5 Performance of CMSE prediction model
We compare the performance of our CMSE prediction model with the measured slice CMSE values. Specifically, the performance of our model is evaluated by studying (i) the goodness of fit using the “leave-one-out” cross validation to compute the normalized root mean squared error (NRMSE) of the predicted CMSE, and (ii) the correlation coefficients ρ of the predicted vs. the measured CMSE values. The model is then used to compute the misclassifications in the slice priority assignment with respect to the measured CMSE and to evaluate UEP performance of the prioritized data over an AWGN channel. For this, four test video sequences are used, which were not used during training, each with approximately 300 frames, Akiyo (352 × 288, slow motion), Foreman (352 × 288, medium motion), Bus (352 × 288, high motion), and Table Tennis (720 × 480, high motion). These video sequences are encoded at various bitrates and GOP structures. The correlation coefficients are evaluated for various GOP structures, whereas the misclassification in the slice priority assignment and UEP performance are evaluated for only one GOP structure.
5.1 Model accuracy
We study the model accuracy by examining the NRMSE as factors are added to the null model. The NRMSE is defined as the ratio of the root mean squared error (RMSE) to the range of the measured CMSE of the training set. The range of measured CMSE is 3500, which corresponds to the maximum CMSE value in our database. The decrease of NRMSE indicates an improved performance of the CMSE prediction. The NRMSE for the null model is 3.56. As factor 2 (from Table 2) (IMSE) is added to the null model, the NRMSE decreases significantly from 3.56 to 0.875. This decrease is further enhanced by adding factors 3 (TMDR) and 4 (MAXRSENGY). Next, as interaction factors 12 (IMSE × TMDR) and 13 (IMSE × MAXRSENGY) are added to the model, a further drop in NRMSE is observed. The decrease in NRMSE becomes more gradual when the last three factors 9 (ISSIM), 10 (SigVar) and 11 (MOTY) are added. Adding additional interactions from other factors gave negligible improvement in NRMSE.

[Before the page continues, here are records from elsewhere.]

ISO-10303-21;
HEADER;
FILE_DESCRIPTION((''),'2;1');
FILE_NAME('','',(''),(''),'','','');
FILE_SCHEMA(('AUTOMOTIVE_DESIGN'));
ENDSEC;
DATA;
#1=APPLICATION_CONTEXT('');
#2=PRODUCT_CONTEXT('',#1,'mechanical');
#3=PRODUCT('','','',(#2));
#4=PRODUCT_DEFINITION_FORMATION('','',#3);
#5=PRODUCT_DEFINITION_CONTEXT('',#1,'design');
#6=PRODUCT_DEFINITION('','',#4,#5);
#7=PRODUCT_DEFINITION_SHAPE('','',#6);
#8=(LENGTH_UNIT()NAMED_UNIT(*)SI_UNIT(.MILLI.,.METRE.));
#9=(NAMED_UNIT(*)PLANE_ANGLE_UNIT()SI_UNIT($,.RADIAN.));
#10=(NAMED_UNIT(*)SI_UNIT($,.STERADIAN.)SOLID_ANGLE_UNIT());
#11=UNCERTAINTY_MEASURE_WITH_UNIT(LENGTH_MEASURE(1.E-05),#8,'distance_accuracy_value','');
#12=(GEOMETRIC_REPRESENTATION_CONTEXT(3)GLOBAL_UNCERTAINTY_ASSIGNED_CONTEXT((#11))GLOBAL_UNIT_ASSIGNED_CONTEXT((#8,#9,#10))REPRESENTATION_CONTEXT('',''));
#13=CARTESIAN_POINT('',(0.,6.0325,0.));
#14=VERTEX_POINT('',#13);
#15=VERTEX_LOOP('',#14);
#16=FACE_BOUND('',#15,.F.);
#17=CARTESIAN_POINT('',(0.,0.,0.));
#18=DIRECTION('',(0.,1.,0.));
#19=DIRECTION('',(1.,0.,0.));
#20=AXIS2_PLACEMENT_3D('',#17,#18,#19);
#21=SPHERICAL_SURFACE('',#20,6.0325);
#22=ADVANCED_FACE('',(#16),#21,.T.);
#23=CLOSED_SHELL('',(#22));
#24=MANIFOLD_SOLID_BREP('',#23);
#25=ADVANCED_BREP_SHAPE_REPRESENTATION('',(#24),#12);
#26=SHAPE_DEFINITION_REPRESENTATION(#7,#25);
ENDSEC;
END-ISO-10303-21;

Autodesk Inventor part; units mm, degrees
ref_plane "YZ Plane" through (0, 0, 0) normal (1, 0, 0) x (0, 1, 0)
ref_plane "XZ Plane" through (0, 0, 0) normal (0, 1, 0) x (-1, 0, 0)
sketch "Sketch2" plane through (0, 0, 0) normal (0, 0, 1) x (1, 0, 0)
  arc A0 (0, -6.0325) -> (0, 6.0325) centre (0, 0) ccw
  line L0 (0, 6.0325) -> (0, -6.0325)
  dimension "d1" = 12.065
revolve "Revolution1" add sketch "Sketch2" angle 360 about axis through (0, 6.0325, 0) along (0, -1, 0)
equation "\"d1\" = diameterOfBall"
equation "\"allowanceForBallToRotate\" = 0.635"
equation "\"diameterOfBall\" = 12.065"
properties part number "ball"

5.2 Slice CMSE prediction accuracy
The Pearson’s correlation coefficients of the measured and predicted CMSE values are used to demonstrate the prediction accuracy of our model. The correlation coefficients for the test video sequences Akiyo, Foreman, and Bus (encoded at 1Mbps), and Table Tennis (encoded at 2Mbps) are 0.96, 0.78, 0.89, and 0.88, respectively. For Akiyo, Foreman and Bus encoded at a lower bit rate of 512 Kbps and Table Tennis encoded at 1Mbps, the correlation coefficients are 0.96, 0.83, 0.90 and, 0.91 respectively. Note that these test sequences were not used for model training. Here, a GOP structure IDR B P B... was used, with GOP length of 20 frames and dispersed mode FMO with two slice groups. The performance of our model is also examined for other encoder configurations, as discussed below. When the GOP length was increased from 20 frames to 40 frames, the correlation coefficients for the sequences are 0.92, 0.74, 0.73, and 0.87, respectively. When the slices were formed without using FMO, the correlation coefficients for the four sequences were 0.96, 0.87, 0.94 and 0.93. For the GOP structure IDR P P ... P, and GOP length of 20 frames, the correlation coefficients are 0.96, 0.80, 0.77, and 0.83. For the Hierarchical GOP structure, the correlation coefficients are 0.84, 0.74, 0.82, and 0.78. This indicates that our model performs reasonably well when video characteristics and encoder configurations are changed.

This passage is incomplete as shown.